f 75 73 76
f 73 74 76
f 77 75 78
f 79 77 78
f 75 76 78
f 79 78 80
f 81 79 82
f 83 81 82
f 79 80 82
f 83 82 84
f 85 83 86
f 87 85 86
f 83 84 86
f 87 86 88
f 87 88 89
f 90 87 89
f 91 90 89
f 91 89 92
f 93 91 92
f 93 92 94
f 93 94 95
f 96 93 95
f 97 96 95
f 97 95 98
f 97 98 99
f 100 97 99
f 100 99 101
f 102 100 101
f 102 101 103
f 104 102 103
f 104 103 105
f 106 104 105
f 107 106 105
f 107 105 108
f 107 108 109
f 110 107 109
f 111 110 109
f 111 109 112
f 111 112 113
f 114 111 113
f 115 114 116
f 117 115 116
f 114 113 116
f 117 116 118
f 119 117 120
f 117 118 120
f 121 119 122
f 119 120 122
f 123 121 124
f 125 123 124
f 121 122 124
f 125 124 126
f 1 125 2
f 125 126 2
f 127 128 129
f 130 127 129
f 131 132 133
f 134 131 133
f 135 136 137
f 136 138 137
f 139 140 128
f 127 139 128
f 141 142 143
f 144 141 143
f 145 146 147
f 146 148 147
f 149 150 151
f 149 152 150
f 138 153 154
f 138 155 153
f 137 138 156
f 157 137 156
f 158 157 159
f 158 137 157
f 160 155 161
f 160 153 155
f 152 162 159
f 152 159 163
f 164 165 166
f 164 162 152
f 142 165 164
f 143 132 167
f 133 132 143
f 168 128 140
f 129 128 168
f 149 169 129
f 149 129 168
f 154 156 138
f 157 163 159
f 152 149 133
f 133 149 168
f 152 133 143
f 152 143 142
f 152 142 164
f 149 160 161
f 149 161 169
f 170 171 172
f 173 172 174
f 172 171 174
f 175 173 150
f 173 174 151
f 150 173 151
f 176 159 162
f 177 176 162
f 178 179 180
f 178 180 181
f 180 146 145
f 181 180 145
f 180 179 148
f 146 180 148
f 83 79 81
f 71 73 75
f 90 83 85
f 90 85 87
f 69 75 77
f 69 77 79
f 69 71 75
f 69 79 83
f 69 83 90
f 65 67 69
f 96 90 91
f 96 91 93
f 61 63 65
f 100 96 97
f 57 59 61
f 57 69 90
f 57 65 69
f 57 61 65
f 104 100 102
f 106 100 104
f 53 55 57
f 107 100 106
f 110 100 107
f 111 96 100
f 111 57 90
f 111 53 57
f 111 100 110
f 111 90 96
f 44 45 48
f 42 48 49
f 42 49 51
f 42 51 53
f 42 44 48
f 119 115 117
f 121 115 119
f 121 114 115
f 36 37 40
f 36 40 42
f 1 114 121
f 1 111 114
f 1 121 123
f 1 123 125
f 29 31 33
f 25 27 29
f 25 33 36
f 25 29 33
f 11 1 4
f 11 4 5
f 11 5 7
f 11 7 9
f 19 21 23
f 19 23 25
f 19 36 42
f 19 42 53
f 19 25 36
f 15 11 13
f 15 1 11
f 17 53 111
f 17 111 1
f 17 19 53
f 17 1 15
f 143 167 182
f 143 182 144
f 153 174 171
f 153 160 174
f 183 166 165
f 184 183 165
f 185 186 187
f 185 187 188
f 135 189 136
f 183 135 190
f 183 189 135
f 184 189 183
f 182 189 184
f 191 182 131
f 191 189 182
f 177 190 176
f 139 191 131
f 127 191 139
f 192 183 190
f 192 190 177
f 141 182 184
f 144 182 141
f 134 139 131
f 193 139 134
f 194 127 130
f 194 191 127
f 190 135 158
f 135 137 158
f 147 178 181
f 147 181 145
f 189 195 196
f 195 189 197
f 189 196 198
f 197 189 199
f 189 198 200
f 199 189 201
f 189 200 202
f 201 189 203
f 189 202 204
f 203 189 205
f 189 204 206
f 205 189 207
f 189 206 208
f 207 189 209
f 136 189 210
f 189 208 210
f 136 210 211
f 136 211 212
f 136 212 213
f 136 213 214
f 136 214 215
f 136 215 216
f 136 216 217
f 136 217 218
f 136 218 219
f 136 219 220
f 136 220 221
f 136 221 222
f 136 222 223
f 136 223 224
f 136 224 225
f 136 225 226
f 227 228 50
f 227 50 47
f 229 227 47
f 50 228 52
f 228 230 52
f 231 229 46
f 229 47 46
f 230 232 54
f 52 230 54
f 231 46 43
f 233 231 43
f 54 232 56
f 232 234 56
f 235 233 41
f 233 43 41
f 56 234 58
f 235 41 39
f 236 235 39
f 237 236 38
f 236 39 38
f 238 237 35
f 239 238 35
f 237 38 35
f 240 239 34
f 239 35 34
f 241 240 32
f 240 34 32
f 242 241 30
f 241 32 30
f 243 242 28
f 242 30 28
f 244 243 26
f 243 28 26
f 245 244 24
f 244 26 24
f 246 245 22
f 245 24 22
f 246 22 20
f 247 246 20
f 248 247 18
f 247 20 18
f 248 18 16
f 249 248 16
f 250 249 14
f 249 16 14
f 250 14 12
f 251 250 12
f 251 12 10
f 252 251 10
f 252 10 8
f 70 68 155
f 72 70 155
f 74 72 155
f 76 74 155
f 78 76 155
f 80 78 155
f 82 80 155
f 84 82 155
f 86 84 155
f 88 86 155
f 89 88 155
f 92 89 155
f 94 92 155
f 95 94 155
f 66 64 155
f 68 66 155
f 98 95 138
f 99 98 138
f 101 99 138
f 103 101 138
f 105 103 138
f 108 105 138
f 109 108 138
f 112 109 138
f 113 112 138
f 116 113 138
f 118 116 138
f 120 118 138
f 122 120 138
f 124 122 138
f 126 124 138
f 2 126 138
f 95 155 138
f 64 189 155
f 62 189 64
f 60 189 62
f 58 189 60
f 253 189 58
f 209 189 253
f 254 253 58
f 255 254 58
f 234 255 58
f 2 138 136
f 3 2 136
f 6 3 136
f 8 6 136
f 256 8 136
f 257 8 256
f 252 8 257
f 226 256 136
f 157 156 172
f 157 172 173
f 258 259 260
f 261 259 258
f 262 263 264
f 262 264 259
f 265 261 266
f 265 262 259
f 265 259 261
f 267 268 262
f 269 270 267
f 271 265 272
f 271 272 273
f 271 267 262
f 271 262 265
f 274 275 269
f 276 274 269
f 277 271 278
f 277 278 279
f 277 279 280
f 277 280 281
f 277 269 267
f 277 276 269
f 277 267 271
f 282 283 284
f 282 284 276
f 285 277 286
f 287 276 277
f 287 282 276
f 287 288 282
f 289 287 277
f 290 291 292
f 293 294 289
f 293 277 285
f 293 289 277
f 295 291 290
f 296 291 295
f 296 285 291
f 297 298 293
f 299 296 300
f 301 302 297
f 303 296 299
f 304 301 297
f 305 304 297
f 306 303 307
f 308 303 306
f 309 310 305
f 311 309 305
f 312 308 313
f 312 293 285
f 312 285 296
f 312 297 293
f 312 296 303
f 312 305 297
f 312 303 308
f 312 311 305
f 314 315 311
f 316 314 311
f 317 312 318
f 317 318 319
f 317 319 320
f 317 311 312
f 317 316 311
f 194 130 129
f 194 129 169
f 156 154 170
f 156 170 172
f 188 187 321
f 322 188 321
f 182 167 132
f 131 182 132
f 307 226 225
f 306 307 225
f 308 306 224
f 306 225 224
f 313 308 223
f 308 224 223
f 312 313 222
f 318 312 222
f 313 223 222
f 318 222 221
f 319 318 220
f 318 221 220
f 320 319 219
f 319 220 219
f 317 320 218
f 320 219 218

* * * * * * * * *

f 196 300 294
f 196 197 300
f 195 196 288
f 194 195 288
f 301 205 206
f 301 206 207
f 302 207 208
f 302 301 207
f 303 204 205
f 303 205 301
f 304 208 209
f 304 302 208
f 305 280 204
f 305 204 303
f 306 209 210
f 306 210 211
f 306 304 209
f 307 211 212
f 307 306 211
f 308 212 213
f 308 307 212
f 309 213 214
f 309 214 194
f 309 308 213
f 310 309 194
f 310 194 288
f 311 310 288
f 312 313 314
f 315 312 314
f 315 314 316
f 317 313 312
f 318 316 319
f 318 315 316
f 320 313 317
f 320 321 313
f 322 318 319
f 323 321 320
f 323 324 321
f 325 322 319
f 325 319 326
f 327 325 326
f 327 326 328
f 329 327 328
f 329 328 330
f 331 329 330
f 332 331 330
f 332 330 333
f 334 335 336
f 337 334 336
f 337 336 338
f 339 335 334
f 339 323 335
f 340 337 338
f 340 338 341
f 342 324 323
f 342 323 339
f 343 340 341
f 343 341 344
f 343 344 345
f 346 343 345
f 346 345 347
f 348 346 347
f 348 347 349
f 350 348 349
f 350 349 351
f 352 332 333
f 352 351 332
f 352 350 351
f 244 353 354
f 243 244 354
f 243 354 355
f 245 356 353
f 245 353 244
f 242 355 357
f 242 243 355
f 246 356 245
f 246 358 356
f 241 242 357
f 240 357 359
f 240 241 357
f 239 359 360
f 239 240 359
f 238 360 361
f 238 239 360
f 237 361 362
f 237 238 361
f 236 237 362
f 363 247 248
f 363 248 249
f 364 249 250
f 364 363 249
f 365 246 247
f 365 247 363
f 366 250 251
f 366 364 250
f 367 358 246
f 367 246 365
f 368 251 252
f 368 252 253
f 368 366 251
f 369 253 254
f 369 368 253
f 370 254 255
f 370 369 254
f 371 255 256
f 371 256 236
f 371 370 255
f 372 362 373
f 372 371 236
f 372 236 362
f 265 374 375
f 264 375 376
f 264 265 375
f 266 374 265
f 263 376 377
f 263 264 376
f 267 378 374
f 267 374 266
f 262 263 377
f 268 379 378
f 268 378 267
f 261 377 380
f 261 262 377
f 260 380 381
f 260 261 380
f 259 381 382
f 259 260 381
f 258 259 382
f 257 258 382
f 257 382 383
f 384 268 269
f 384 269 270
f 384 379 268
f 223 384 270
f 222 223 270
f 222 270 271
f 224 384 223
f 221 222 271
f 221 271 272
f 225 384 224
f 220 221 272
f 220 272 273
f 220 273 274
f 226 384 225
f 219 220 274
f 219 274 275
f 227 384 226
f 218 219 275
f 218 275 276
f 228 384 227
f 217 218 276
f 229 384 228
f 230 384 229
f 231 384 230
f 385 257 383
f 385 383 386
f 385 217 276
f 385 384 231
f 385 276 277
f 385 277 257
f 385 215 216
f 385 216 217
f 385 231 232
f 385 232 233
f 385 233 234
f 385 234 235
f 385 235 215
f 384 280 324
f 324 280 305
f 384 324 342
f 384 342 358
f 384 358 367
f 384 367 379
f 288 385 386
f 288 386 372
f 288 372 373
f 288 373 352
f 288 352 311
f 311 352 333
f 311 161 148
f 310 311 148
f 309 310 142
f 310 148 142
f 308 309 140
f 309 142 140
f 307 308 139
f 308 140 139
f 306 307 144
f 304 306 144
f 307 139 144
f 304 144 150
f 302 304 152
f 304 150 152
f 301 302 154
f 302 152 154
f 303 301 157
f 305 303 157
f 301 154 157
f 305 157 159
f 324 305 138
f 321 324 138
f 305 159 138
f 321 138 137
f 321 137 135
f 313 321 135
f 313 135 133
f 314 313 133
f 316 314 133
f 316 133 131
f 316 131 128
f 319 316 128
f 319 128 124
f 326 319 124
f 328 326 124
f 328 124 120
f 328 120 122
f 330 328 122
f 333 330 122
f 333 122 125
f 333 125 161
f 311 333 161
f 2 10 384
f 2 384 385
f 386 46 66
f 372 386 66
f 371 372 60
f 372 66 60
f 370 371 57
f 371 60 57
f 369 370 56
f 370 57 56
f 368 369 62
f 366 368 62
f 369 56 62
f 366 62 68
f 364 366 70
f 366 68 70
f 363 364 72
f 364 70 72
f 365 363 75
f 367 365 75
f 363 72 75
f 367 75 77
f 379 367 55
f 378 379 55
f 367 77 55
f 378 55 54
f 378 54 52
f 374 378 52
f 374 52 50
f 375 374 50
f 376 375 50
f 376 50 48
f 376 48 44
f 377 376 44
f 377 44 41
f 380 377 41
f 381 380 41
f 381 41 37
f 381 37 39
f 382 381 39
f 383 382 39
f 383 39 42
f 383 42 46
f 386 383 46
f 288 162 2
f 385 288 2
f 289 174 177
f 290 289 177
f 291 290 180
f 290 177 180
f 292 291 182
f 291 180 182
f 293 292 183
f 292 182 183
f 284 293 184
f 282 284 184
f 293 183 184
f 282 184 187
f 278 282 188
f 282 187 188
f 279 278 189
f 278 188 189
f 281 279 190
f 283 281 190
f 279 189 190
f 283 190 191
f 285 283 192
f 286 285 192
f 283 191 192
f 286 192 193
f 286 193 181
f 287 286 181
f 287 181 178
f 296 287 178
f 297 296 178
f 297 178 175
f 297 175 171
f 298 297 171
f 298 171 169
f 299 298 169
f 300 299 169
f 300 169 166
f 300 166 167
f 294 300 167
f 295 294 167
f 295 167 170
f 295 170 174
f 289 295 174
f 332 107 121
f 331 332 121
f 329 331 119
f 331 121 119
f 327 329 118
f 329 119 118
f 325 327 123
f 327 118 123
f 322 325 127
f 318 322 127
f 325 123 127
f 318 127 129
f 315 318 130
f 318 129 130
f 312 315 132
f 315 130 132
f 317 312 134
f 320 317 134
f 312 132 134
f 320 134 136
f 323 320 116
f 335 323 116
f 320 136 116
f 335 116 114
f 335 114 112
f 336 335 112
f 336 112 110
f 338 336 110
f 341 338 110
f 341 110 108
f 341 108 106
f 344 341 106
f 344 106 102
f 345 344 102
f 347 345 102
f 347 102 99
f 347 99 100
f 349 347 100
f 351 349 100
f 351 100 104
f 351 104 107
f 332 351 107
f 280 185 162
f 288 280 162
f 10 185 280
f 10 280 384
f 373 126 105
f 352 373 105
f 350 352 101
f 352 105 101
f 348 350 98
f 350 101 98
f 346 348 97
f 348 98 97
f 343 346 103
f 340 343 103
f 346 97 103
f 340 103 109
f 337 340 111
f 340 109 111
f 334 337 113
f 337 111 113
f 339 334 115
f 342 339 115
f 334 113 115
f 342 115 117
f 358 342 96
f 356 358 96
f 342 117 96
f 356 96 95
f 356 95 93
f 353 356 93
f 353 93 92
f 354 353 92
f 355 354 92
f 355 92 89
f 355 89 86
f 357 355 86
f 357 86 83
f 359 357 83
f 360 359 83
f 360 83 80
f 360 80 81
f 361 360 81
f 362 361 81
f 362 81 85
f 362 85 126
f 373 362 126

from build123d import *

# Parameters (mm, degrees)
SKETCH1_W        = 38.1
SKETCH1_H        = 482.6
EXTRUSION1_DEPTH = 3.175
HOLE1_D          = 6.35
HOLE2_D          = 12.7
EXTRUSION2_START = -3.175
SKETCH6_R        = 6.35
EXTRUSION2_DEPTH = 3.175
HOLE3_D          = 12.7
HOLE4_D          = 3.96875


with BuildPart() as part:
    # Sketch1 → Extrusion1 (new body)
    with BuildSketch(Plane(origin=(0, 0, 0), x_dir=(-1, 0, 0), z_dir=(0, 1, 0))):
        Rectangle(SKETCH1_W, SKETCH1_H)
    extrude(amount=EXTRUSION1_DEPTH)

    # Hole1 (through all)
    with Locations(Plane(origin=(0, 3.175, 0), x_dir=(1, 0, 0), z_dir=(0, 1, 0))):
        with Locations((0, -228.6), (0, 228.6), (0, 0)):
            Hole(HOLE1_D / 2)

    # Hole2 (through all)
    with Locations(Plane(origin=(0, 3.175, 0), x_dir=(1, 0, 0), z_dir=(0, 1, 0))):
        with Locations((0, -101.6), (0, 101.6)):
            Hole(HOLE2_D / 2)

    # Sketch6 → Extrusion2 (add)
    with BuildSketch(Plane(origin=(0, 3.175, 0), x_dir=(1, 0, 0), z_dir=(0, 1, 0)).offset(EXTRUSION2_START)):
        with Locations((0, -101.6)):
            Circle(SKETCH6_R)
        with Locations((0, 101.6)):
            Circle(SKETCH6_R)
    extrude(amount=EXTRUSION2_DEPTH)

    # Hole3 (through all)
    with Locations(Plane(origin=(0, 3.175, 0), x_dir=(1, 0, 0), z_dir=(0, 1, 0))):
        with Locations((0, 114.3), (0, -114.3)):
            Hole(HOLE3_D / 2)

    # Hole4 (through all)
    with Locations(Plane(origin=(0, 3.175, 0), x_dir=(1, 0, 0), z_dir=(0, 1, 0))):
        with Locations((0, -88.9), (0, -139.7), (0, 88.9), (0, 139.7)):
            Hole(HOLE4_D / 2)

* * * * * * * * *

### [About this task]
Copy the records above exactly, beginning at the line that contains "f 189 196 198" and stopping after the line that contains "f 242 30 28".

### [Solution for this task]
f 189 196 198
f 197 189 199
f 189 198 200
f 199 189 201
f 189 200 202
f 201 189 203
f 189 202 204
f 203 189 205
f 189 204 206
f 205 189 207
f 189 206 208
f 207 189 209
f 136 189 210
f 189 208 210
f 136 210 211
f 136 211 212
f 136 212 213
f 136 213 214
f 136 214 215
f 136 215 216
f 136 216 217
f 136 217 218
f 136 218 219
f 136 219 220
f 136 220 221
f 136 221 222
f 136 222 223
f 136 223 224
f 136 224 225
f 136 225 226
f 227 228 50
f 227 50 47
f 229 227 47
f 50 228 52
f 228 230 52
f 231 229 46
f 229 47 46
f 230 232 54
f 52 230 54
f 231 46 43
f 233 231 43
f 54 232 56
f 232 234 56
f 235 233 41
f 233 43 41
f 56 234 58
f 235 41 39
f 236 235 39
f 237 236 38
f 236 39 38
f 238 237 35
f 239 238 35
f 237 38 35
f 240 239 34
f 239 35 34
f 241 240 32
f 240 34 32
f 242 241 30
f 241 32 30
f 243 242 28
f 242 30 28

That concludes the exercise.